About this task:
Return every line of the data that contains the string "centre".

Stored records:
- Opening Delimiter -

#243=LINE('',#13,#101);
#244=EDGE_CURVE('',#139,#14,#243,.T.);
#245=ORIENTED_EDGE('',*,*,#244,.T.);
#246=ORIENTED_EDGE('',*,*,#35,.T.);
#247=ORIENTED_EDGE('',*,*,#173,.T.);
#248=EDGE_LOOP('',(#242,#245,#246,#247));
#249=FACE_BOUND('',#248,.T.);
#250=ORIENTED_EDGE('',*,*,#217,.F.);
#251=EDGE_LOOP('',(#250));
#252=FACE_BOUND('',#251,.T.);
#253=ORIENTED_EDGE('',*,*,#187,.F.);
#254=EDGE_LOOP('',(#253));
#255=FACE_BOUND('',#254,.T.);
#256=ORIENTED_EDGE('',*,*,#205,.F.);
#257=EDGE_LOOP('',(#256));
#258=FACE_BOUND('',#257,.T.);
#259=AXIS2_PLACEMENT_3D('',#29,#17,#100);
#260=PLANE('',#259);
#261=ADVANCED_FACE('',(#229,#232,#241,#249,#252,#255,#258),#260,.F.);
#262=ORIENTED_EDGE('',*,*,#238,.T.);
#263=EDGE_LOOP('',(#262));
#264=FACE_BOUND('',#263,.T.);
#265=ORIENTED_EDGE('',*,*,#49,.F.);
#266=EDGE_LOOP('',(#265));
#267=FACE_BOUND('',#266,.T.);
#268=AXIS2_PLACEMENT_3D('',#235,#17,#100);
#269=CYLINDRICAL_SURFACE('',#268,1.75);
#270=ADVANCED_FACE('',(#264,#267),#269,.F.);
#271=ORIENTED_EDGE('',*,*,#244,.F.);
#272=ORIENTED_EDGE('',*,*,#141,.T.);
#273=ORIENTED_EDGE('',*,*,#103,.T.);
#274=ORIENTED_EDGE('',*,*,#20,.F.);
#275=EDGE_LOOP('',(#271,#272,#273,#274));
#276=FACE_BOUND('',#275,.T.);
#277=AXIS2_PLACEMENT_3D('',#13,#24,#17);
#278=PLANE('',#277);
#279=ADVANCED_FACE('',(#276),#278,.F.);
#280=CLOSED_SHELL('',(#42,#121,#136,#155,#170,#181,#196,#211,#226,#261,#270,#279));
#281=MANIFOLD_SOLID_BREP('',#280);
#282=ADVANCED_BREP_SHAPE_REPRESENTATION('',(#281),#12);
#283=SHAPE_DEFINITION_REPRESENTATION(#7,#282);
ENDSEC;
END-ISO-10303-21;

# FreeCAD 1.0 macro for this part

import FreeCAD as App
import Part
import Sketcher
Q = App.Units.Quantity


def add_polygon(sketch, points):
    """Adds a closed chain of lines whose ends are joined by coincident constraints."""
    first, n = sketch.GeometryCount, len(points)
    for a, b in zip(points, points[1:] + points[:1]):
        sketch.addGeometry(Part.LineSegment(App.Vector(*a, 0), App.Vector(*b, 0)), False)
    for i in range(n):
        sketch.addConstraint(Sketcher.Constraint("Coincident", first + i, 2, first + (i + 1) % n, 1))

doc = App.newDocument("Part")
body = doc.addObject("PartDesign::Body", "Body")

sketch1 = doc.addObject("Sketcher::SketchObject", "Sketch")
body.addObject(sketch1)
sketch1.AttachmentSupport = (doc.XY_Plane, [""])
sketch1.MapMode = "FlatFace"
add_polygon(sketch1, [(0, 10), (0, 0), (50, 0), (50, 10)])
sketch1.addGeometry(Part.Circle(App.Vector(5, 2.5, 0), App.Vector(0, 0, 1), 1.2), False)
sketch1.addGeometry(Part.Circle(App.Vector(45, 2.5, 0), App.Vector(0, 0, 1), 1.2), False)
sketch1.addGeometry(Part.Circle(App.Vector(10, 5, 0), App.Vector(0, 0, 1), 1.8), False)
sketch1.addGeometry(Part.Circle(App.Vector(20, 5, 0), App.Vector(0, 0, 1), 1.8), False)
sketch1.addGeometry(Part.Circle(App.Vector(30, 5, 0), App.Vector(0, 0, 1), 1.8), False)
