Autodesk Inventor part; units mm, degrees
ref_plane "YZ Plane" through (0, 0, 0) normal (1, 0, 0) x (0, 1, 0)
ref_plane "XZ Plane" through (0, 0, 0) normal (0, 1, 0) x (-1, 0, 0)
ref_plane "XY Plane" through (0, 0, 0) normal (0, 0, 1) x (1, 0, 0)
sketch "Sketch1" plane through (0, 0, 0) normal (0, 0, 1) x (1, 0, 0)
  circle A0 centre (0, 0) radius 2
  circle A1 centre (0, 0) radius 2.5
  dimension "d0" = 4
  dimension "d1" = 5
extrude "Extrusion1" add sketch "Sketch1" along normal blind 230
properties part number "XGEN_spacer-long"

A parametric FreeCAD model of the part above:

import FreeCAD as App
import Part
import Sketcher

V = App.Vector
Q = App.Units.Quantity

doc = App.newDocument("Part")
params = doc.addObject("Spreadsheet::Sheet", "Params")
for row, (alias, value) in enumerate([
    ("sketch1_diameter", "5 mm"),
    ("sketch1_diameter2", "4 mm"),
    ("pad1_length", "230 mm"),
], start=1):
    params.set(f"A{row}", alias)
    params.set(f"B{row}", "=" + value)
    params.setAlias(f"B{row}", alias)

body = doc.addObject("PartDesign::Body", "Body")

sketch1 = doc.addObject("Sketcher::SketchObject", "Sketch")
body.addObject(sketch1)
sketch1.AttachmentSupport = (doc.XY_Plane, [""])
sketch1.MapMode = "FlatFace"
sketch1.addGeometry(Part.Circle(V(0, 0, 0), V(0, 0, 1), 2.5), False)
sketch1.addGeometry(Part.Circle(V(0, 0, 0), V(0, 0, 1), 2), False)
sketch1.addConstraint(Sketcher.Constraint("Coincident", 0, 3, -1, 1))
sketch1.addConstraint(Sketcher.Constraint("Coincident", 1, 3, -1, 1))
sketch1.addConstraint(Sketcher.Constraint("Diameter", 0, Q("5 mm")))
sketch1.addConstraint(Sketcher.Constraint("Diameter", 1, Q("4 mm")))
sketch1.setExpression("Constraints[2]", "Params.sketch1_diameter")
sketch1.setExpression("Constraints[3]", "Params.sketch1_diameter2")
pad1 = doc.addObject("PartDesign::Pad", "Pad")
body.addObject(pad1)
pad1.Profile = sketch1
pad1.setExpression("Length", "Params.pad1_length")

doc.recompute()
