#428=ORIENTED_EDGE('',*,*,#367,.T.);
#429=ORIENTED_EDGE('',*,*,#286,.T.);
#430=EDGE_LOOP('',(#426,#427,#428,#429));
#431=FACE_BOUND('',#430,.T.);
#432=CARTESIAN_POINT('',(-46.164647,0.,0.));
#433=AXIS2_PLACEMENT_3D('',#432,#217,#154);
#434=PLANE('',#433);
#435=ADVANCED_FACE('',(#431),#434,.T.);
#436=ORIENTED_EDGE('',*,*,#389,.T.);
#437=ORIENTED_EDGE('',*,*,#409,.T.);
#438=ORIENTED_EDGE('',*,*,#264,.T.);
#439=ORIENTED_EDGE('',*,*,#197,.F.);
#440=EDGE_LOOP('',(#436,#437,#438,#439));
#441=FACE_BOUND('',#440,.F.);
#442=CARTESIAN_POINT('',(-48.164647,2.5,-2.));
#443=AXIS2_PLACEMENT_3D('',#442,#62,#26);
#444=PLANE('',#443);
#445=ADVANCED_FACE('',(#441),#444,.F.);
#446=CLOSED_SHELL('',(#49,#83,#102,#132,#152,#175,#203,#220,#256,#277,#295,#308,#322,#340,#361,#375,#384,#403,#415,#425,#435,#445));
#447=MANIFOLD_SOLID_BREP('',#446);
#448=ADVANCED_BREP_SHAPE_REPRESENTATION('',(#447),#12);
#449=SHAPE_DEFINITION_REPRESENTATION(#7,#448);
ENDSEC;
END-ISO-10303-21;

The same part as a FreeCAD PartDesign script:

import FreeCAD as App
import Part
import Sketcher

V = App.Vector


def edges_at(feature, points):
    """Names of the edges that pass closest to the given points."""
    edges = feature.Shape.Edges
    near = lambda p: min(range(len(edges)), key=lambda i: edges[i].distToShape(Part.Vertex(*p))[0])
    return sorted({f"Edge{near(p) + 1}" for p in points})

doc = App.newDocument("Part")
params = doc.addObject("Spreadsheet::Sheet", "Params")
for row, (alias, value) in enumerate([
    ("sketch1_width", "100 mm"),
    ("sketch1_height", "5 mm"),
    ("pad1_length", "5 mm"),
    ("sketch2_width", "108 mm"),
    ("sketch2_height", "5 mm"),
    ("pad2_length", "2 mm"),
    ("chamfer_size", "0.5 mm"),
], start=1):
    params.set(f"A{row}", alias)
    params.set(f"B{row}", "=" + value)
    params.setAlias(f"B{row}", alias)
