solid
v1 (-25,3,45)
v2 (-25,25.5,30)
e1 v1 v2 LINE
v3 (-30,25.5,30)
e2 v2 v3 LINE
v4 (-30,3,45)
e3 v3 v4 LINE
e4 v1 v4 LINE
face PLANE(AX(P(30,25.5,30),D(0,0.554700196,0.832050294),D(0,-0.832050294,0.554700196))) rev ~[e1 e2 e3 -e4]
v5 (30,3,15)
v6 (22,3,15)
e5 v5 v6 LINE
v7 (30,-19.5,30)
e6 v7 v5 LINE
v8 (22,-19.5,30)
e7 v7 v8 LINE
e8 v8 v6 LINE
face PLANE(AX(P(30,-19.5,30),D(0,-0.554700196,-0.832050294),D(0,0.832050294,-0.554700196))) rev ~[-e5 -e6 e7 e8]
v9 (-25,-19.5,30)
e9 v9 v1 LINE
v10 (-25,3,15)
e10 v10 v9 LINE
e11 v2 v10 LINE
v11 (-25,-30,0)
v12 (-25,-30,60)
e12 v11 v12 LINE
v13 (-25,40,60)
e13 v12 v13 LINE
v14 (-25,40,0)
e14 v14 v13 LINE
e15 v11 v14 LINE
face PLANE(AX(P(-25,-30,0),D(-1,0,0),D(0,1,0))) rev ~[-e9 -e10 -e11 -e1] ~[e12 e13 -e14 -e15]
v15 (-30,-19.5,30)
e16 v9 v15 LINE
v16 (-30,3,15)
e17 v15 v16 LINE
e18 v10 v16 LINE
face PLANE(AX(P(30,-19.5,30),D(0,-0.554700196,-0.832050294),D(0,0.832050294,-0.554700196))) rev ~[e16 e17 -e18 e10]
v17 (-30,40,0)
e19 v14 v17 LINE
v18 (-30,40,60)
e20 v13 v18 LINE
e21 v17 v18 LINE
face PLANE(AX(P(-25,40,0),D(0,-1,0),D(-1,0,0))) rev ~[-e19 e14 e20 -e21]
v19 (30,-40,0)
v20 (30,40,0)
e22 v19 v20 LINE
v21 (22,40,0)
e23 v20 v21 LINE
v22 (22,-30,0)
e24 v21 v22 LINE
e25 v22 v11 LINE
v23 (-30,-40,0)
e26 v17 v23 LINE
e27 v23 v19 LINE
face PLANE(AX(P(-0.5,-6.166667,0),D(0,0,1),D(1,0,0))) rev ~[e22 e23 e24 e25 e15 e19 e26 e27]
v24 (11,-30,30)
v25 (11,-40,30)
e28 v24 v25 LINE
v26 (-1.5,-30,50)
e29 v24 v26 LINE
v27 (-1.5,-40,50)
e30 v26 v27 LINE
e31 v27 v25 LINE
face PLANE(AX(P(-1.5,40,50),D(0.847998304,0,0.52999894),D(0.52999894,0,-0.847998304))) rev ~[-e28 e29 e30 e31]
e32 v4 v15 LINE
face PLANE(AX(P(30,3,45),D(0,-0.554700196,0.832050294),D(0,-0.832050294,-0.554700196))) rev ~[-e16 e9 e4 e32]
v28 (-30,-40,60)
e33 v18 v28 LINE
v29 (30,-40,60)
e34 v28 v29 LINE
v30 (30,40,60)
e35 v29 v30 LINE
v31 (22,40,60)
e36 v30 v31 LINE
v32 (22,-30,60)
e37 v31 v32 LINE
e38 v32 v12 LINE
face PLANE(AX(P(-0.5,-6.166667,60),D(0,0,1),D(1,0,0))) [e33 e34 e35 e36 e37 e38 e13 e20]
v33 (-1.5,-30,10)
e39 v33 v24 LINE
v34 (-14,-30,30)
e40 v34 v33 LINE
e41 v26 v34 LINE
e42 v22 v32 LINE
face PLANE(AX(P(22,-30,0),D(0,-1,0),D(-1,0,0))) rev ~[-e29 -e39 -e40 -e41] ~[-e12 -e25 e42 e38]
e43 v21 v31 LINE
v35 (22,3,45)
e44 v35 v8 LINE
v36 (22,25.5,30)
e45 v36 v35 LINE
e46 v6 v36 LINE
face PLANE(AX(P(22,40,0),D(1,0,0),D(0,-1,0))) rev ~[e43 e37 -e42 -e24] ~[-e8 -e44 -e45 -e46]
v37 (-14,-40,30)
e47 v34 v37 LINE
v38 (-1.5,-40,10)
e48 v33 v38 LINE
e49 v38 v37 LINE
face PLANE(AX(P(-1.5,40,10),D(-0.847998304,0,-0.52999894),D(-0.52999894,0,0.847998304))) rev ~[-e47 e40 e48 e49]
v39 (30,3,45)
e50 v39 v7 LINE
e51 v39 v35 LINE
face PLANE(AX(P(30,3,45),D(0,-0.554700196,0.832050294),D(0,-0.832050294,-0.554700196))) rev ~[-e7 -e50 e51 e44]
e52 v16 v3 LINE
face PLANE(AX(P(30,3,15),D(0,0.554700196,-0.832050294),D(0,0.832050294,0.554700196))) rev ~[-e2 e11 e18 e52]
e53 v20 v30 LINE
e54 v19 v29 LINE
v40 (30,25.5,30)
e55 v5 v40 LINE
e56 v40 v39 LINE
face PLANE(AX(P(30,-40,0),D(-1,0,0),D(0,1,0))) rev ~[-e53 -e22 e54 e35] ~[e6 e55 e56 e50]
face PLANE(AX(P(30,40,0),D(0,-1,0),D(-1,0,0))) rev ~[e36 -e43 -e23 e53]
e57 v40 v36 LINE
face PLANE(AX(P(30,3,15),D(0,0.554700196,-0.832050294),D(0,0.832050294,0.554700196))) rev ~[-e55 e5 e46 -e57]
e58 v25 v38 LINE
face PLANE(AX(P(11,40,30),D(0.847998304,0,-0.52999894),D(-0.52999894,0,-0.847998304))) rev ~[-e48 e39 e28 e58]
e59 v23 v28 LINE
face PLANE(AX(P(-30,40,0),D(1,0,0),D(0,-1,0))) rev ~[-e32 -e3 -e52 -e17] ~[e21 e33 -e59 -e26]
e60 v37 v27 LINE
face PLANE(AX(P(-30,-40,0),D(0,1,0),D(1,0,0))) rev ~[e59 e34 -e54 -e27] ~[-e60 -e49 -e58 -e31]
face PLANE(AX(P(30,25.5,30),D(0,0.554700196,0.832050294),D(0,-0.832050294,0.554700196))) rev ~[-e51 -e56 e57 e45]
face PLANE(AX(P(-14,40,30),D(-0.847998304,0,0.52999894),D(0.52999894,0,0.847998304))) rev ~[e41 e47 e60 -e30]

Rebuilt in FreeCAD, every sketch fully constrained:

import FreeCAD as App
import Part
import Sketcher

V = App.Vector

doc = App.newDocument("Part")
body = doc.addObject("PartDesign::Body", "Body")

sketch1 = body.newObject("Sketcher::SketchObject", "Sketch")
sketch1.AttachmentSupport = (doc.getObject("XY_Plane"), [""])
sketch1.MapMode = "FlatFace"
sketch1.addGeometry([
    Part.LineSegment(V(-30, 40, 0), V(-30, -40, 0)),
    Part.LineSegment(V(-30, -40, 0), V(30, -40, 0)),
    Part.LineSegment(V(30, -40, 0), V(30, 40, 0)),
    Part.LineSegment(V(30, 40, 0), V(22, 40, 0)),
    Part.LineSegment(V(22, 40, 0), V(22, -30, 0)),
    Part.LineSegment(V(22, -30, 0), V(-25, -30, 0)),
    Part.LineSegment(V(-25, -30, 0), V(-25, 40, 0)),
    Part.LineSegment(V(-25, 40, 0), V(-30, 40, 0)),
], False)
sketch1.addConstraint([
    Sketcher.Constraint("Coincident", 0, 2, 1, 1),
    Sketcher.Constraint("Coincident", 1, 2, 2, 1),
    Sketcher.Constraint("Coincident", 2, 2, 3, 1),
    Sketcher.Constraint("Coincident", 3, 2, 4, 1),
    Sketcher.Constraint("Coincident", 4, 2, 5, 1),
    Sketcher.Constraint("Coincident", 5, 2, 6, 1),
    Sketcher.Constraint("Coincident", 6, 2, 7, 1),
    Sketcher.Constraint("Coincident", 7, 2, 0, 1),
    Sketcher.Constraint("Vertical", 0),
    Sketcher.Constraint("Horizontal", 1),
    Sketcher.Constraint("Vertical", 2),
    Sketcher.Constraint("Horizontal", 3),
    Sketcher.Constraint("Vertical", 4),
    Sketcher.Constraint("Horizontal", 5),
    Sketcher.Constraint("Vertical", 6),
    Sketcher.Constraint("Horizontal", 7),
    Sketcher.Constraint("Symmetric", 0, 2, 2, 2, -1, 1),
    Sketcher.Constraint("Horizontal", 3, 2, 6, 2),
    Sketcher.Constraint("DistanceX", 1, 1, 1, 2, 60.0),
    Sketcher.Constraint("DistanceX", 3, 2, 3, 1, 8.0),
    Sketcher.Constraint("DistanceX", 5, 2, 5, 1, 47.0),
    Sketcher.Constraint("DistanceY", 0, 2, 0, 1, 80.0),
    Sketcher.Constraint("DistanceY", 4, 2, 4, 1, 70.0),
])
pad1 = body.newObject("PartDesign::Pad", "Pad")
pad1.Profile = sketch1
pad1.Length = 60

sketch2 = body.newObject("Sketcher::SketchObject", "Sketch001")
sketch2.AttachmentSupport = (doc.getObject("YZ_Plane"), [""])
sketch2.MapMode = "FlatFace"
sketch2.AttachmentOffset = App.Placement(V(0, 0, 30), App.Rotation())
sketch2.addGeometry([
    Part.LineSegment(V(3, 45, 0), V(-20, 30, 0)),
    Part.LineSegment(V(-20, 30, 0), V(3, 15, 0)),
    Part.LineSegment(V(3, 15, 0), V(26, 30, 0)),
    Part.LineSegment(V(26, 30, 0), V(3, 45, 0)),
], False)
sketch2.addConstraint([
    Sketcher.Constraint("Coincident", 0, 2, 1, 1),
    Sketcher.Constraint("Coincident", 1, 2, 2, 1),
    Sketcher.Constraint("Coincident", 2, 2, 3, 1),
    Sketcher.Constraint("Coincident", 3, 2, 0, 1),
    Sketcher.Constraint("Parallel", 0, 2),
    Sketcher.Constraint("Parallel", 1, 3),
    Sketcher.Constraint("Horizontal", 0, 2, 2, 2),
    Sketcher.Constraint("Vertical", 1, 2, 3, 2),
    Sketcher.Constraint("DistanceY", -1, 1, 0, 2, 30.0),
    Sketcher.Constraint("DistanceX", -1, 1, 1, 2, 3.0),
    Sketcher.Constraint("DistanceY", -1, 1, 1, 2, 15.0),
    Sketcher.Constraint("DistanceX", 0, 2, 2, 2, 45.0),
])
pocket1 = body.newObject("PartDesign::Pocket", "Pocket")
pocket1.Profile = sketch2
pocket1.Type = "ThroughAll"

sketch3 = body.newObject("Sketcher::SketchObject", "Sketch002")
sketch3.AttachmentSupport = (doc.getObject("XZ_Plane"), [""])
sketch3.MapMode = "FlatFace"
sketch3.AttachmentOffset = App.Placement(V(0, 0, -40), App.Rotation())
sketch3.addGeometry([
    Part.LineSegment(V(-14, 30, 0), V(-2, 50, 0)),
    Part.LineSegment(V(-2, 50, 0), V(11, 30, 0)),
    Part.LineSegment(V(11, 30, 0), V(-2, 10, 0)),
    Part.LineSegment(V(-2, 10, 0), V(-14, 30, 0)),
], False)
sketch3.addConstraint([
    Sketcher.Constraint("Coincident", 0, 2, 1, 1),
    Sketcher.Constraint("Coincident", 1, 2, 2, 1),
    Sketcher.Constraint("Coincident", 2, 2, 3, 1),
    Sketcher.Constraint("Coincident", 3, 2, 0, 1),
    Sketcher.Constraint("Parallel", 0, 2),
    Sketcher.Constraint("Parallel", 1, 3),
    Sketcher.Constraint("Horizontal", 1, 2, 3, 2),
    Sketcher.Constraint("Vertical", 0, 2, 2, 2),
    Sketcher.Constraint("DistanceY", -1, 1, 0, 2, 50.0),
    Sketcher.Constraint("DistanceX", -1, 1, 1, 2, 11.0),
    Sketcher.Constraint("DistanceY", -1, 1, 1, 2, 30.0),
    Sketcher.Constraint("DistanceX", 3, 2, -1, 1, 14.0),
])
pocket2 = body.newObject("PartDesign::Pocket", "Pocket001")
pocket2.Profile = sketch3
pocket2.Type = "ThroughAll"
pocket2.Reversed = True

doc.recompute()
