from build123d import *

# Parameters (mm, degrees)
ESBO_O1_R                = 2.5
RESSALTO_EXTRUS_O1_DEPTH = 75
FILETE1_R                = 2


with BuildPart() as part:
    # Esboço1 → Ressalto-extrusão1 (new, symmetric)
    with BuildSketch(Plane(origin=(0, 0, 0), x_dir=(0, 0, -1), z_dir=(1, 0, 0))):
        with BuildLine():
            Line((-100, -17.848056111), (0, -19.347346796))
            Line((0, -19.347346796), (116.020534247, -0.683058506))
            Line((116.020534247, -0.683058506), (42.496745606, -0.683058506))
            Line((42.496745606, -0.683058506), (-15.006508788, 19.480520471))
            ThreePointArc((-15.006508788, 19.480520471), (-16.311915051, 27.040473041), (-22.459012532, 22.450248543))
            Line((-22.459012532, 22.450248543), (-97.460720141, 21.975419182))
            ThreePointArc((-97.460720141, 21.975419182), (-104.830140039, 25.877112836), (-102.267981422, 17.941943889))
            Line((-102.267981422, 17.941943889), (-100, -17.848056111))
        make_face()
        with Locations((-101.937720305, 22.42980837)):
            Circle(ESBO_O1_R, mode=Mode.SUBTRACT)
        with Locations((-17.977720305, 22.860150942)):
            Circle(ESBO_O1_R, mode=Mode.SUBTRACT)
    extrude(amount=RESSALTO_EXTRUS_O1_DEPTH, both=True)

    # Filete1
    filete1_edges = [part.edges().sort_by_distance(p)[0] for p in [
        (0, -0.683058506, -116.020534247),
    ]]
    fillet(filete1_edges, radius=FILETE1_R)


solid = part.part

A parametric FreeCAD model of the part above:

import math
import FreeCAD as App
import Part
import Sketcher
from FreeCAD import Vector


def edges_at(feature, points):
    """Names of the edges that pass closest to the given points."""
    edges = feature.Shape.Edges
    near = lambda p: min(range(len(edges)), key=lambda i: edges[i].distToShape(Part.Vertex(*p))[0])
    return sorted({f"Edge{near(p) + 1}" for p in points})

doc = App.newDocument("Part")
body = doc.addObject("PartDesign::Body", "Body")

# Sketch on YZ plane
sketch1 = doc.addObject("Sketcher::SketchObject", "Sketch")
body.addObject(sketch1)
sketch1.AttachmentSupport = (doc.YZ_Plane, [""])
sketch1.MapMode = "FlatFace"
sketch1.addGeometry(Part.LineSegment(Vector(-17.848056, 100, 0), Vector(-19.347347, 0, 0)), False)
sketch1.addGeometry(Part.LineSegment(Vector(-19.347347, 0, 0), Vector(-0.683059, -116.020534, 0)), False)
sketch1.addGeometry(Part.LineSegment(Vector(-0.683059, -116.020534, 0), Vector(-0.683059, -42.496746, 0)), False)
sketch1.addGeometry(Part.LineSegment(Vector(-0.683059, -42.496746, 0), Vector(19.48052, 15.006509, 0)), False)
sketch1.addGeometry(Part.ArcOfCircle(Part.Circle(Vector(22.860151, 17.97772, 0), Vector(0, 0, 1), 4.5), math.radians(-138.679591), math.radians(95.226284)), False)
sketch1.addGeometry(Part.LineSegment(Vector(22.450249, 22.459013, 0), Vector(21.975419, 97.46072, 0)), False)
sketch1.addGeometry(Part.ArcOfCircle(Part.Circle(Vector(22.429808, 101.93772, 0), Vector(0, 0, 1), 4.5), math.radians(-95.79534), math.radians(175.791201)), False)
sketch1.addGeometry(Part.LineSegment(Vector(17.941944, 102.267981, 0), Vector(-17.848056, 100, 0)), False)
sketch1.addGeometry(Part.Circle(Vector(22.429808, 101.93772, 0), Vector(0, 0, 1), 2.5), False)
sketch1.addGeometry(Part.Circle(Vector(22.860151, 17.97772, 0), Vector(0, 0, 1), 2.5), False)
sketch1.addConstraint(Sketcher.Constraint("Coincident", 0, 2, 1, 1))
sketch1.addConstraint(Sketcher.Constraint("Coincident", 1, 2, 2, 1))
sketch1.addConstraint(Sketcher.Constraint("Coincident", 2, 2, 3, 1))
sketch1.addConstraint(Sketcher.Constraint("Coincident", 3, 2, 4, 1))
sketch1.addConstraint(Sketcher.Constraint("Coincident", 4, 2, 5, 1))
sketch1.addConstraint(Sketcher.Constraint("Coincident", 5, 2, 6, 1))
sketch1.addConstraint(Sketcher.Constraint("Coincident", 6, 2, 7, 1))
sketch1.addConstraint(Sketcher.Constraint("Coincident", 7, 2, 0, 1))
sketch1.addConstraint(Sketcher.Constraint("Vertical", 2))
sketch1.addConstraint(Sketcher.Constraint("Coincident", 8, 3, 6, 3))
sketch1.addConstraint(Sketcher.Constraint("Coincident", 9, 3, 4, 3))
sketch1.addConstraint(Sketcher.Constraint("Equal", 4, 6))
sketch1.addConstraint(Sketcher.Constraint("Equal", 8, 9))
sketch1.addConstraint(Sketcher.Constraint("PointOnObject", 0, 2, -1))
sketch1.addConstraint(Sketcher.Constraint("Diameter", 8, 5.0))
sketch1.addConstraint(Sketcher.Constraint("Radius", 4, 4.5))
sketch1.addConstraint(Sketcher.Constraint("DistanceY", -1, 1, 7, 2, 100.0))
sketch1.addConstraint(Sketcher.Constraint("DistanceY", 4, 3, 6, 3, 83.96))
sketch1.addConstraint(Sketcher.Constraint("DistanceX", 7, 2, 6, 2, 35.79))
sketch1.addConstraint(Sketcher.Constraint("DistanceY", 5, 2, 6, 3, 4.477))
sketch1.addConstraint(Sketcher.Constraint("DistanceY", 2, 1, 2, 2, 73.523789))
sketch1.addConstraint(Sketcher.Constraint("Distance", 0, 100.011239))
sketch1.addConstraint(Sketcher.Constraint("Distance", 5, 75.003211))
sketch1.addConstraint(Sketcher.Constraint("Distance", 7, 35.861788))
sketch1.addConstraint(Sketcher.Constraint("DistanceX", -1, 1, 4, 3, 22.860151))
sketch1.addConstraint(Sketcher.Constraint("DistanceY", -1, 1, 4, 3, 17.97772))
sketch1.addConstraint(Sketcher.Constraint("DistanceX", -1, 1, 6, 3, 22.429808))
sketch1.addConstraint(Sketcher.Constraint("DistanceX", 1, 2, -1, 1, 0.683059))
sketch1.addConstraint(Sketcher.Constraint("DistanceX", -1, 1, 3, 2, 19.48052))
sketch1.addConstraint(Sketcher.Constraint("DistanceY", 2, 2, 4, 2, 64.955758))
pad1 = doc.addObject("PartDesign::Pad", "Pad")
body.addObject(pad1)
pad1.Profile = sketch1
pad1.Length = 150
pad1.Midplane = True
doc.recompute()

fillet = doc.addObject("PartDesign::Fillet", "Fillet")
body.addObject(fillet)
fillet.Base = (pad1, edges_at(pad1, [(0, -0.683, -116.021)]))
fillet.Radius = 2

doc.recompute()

- Closing Delimiter -

Response box:
  circle A0 centre (0, 0) radius 2
  circle A1 centre (0, 0) radius 2.5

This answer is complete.